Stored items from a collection
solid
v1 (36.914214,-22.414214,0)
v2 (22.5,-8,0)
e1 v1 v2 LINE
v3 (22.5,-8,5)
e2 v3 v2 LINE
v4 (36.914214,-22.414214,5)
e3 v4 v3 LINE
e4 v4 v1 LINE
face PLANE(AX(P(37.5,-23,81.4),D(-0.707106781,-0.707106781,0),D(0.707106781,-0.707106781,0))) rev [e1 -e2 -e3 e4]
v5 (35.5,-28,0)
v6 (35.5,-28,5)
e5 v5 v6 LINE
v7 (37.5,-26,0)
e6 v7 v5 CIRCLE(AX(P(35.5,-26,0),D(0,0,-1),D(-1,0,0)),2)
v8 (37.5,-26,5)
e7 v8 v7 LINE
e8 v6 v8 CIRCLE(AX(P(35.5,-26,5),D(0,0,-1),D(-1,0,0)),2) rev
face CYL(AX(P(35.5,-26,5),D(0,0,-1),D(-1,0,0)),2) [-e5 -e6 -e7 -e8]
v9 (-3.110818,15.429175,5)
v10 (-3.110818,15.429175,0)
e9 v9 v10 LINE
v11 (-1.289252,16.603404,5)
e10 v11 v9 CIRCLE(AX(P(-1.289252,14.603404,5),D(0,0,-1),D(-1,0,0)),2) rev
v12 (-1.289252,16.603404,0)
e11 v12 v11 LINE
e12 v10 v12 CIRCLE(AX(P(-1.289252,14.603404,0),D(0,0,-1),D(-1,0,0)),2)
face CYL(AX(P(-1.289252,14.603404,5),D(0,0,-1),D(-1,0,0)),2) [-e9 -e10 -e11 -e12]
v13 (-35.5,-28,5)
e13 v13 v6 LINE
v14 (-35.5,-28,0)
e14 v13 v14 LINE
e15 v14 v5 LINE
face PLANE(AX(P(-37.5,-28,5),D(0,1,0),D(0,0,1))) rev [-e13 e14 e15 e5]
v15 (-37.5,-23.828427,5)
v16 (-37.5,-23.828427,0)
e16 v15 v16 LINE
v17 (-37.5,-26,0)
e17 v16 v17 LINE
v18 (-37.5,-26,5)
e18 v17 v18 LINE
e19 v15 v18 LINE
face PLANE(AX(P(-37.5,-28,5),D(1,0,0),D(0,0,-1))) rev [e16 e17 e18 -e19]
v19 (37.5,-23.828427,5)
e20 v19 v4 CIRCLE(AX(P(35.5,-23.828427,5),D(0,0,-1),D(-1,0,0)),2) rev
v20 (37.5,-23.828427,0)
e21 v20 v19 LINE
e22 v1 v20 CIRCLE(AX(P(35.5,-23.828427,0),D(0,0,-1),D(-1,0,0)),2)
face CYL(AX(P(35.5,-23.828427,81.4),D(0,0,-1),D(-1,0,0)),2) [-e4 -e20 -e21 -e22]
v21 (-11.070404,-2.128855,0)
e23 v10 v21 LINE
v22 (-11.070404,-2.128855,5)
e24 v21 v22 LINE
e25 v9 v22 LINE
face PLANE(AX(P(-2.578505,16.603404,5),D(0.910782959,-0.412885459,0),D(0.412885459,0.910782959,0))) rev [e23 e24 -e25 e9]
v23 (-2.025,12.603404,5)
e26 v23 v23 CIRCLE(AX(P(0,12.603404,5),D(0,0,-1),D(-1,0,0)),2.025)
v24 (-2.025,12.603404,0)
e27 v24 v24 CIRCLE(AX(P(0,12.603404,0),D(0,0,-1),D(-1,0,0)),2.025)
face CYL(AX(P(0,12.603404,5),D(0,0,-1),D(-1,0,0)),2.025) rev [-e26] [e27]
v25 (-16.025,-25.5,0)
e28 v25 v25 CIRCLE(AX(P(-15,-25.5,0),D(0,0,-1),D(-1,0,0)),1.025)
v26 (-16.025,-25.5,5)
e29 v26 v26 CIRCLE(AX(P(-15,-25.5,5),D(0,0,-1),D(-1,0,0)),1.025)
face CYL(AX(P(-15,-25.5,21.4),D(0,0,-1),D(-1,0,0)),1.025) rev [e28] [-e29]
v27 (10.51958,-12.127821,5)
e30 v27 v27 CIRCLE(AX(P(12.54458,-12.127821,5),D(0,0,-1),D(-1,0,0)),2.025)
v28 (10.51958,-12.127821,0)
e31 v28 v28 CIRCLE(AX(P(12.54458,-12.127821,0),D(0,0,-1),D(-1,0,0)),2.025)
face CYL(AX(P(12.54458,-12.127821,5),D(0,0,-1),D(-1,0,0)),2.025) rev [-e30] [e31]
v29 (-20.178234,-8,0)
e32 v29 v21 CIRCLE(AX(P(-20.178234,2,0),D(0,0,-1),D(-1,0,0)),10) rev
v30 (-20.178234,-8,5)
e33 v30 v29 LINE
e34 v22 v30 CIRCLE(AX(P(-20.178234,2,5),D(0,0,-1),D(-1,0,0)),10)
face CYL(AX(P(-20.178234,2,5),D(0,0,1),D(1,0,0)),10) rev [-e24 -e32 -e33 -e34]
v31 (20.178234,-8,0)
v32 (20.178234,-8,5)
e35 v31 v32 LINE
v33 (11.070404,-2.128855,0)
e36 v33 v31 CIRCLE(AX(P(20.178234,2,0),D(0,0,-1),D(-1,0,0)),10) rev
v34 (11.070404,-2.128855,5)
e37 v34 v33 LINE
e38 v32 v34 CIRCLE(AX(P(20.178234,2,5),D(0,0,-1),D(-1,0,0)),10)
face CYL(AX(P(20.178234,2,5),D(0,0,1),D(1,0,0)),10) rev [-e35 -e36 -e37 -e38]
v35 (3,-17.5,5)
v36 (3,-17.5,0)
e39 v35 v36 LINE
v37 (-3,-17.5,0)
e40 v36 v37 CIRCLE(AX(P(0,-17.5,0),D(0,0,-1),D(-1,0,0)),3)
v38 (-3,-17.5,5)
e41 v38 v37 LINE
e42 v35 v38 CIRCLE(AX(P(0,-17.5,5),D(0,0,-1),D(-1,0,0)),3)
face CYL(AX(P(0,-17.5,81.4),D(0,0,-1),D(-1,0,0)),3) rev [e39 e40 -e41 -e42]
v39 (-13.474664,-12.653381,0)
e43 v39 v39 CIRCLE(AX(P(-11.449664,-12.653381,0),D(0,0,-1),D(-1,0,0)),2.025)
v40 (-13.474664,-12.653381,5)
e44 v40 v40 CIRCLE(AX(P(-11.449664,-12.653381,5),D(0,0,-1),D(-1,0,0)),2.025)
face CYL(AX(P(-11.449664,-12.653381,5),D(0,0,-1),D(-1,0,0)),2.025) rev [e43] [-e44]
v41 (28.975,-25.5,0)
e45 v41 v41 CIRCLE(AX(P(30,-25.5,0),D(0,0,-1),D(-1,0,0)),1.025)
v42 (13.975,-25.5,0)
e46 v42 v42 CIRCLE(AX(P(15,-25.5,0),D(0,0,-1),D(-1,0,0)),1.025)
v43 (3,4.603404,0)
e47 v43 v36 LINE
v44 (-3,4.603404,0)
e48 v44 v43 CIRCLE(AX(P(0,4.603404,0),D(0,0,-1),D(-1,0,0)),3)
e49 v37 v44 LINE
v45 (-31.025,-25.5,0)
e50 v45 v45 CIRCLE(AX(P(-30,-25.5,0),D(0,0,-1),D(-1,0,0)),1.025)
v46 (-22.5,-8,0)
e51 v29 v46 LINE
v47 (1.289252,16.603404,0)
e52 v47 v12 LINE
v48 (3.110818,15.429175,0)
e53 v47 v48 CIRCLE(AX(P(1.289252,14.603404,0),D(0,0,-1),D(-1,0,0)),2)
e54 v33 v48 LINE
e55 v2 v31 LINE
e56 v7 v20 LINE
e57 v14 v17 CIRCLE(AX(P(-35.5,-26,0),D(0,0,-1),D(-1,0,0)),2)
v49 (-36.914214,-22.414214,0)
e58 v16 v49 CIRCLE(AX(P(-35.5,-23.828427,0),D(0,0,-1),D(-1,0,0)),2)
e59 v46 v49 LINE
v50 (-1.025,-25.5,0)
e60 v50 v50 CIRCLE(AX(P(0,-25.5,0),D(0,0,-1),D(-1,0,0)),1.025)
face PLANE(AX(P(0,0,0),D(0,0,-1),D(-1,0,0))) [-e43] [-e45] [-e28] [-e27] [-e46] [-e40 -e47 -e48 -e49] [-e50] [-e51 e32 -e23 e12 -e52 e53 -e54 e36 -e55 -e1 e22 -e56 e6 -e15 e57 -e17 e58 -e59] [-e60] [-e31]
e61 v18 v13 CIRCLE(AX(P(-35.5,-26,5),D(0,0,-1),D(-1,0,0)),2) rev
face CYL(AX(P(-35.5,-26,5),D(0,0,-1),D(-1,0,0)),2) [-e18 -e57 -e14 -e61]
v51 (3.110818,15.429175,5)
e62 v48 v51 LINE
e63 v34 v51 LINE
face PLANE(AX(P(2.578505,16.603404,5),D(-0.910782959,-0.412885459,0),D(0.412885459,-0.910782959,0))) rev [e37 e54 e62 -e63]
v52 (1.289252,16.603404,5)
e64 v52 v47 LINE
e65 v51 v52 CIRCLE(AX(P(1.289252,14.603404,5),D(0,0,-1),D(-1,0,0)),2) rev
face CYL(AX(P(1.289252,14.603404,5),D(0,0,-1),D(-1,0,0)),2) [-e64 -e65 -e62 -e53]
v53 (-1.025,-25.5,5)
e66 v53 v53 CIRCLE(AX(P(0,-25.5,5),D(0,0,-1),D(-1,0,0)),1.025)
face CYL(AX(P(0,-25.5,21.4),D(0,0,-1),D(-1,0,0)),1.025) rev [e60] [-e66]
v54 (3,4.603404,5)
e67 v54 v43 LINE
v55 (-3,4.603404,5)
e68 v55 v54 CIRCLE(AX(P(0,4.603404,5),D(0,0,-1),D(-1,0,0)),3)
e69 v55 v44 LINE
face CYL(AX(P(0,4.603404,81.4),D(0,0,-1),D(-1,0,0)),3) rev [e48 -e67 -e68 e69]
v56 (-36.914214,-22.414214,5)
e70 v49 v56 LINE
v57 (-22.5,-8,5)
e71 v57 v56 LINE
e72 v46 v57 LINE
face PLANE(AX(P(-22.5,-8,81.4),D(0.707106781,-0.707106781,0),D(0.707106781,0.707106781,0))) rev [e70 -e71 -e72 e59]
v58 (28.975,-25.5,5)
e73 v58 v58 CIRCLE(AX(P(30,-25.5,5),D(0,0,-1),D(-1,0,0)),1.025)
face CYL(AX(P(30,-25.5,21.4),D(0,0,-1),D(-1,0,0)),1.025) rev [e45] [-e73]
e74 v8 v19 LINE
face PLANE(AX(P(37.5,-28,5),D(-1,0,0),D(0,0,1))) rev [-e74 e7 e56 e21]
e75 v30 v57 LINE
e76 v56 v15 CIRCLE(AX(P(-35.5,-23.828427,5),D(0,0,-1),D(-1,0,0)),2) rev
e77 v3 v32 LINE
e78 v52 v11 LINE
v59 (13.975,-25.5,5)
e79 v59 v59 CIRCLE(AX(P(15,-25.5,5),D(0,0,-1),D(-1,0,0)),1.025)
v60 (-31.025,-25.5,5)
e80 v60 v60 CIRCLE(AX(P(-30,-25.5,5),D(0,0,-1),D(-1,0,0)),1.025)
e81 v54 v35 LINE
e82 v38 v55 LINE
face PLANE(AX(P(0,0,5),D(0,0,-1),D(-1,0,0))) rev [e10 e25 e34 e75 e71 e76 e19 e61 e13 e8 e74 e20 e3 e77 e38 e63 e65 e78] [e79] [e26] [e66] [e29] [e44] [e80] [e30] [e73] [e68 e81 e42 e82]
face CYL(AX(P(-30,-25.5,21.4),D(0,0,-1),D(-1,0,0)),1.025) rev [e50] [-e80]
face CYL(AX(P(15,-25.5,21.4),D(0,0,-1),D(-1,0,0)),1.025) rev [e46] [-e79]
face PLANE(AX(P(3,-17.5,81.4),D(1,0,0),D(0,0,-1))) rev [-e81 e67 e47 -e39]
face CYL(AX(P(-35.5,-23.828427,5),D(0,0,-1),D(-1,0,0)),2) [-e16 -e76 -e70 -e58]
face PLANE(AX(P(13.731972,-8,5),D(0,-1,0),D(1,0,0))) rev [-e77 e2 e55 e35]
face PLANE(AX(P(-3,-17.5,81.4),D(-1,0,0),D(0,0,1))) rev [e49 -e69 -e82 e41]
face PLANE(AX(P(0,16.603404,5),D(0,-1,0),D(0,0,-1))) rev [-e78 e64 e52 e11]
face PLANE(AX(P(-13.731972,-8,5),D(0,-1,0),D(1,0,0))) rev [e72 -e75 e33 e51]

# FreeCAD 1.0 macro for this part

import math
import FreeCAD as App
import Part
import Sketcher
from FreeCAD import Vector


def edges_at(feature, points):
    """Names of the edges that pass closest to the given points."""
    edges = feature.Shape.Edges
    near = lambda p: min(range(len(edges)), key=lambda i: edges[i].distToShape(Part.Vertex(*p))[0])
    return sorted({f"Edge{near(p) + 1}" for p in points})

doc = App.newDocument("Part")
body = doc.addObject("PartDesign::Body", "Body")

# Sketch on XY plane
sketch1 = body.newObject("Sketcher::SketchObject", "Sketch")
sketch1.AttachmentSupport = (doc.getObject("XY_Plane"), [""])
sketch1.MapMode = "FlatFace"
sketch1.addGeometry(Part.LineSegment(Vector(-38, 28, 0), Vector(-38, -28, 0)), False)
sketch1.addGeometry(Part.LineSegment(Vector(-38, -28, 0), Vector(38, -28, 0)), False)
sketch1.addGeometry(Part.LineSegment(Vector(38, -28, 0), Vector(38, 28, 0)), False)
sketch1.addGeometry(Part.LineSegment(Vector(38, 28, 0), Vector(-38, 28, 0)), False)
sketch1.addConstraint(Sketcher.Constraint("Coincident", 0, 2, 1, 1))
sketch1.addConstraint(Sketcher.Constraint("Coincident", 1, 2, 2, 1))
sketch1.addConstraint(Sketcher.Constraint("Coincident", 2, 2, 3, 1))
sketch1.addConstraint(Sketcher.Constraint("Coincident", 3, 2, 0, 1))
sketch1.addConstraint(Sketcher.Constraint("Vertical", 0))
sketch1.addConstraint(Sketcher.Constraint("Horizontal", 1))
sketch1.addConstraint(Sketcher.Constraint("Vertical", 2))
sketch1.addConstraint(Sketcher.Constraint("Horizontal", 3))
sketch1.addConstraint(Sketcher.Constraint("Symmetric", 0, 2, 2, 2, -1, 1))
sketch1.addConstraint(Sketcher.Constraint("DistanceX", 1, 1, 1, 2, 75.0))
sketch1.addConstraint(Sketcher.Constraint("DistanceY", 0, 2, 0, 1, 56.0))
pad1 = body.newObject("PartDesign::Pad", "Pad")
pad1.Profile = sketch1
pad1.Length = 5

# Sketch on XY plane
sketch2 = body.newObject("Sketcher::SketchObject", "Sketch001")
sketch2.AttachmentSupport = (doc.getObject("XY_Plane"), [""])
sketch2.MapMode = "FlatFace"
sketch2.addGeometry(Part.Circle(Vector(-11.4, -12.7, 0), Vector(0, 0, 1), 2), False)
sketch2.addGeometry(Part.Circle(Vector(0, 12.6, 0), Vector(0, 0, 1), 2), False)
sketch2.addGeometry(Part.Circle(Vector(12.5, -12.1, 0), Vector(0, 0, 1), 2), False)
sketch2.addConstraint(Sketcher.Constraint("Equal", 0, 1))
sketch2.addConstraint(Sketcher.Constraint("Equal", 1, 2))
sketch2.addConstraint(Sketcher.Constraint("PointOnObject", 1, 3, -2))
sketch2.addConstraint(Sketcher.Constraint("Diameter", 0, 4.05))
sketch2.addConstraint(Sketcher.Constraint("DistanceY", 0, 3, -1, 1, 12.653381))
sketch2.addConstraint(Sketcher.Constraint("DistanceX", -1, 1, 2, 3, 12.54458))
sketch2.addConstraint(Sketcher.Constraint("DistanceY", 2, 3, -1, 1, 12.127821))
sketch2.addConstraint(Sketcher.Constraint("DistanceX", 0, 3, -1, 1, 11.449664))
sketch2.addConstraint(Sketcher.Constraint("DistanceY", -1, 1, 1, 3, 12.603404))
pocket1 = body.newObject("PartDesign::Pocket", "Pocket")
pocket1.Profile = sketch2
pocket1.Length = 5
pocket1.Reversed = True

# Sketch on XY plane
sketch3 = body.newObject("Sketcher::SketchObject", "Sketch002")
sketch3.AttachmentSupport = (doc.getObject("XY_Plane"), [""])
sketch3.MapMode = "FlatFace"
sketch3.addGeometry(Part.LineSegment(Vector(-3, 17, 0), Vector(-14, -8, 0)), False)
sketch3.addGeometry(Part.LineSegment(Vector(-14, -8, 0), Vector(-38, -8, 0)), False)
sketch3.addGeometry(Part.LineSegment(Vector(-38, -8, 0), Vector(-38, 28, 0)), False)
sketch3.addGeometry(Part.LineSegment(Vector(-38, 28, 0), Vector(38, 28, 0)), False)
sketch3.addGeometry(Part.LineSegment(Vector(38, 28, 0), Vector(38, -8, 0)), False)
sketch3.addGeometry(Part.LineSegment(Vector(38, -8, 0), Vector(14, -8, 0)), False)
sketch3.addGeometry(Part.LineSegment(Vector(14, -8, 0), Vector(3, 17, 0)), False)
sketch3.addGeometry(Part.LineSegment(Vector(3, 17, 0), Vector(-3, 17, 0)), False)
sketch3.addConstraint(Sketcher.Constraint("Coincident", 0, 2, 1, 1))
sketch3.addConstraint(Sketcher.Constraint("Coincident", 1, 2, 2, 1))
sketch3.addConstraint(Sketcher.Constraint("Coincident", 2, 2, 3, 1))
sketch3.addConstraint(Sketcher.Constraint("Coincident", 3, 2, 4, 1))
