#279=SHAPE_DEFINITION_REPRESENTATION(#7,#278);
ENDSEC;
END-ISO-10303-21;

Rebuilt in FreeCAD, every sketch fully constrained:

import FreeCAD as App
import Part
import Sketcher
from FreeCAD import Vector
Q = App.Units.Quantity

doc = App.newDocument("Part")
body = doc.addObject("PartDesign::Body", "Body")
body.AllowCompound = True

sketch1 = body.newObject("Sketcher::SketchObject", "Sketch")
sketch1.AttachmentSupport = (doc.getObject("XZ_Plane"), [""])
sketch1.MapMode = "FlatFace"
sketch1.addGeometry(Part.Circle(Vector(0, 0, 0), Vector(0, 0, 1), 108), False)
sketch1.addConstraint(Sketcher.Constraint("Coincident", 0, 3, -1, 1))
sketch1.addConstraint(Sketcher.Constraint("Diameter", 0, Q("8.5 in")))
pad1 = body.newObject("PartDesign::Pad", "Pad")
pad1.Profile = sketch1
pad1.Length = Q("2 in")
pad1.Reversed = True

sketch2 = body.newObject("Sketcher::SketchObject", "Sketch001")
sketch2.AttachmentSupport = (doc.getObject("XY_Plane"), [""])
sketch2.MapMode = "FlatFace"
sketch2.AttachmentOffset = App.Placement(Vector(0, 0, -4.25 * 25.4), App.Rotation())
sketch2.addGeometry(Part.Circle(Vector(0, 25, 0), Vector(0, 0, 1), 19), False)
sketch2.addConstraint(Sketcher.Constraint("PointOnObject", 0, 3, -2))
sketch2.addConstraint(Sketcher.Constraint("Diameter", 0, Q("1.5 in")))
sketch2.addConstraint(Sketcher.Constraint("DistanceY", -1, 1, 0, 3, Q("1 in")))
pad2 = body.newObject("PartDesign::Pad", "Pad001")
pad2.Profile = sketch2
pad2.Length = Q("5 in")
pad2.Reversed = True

YOUR OBJECTIVE
Give back exactly the lines from the beginning of the records through the line containing "e12 v10 v12", and only those.

RESPONSE BOX
solid
v1 (36.914214,-22.414214,0)
v2 (22.5,-8,0)
e1 v1 v2 LINE
v3 (22.5,-8,5)
e2 v3 v2 LINE
v4 (36.914214,-22.414214,5)
e3 v4 v3 LINE
e4 v4 v1 LINE
face PLANE(AX(P(37.5,-23,81.4),D(-0.707106781,-0.707106781,0),D(0.707106781,-0.707106781,0))) rev [e1 -e2 -e3 e4]
v5 (35.5,-28,0)
v6 (35.5,-28,5)
e5 v5 v6 LINE
v7 (37.5,-26,0)
e6 v7 v5 CIRCLE(AX(P(35.5,-26,0),D(0,0,-1),D(-1,0,0)),2)
v8 (37.5,-26,5)
e7 v8 v7 LINE
e8 v6 v8 CIRCLE(AX(P(35.5,-26,5),D(0,0,-1),D(-1,0,0)),2) rev
face CYL(AX(P(35.5,-26,5),D(0,0,-1),D(-1,0,0)),2) [-e5 -e6 -e7 -e8]
v9 (-3.110818,15.429175,5)
v10 (-3.110818,15.429175,0)
e9 v9 v10 LINE
v11 (-1.289252,16.603404,5)
e10 v11 v9 CIRCLE(AX(P(-1.289252,14.603404,5),D(0,0,-1),D(-1,0,0)),2) rev
v12 (-1.289252,16.603404,0)
e11 v12 v11 LINE
e12 v10 v12 CIRCLE(AX(P(-1.289252,14.603404,0),D(0,0,-1),D(-1,0,0)),2)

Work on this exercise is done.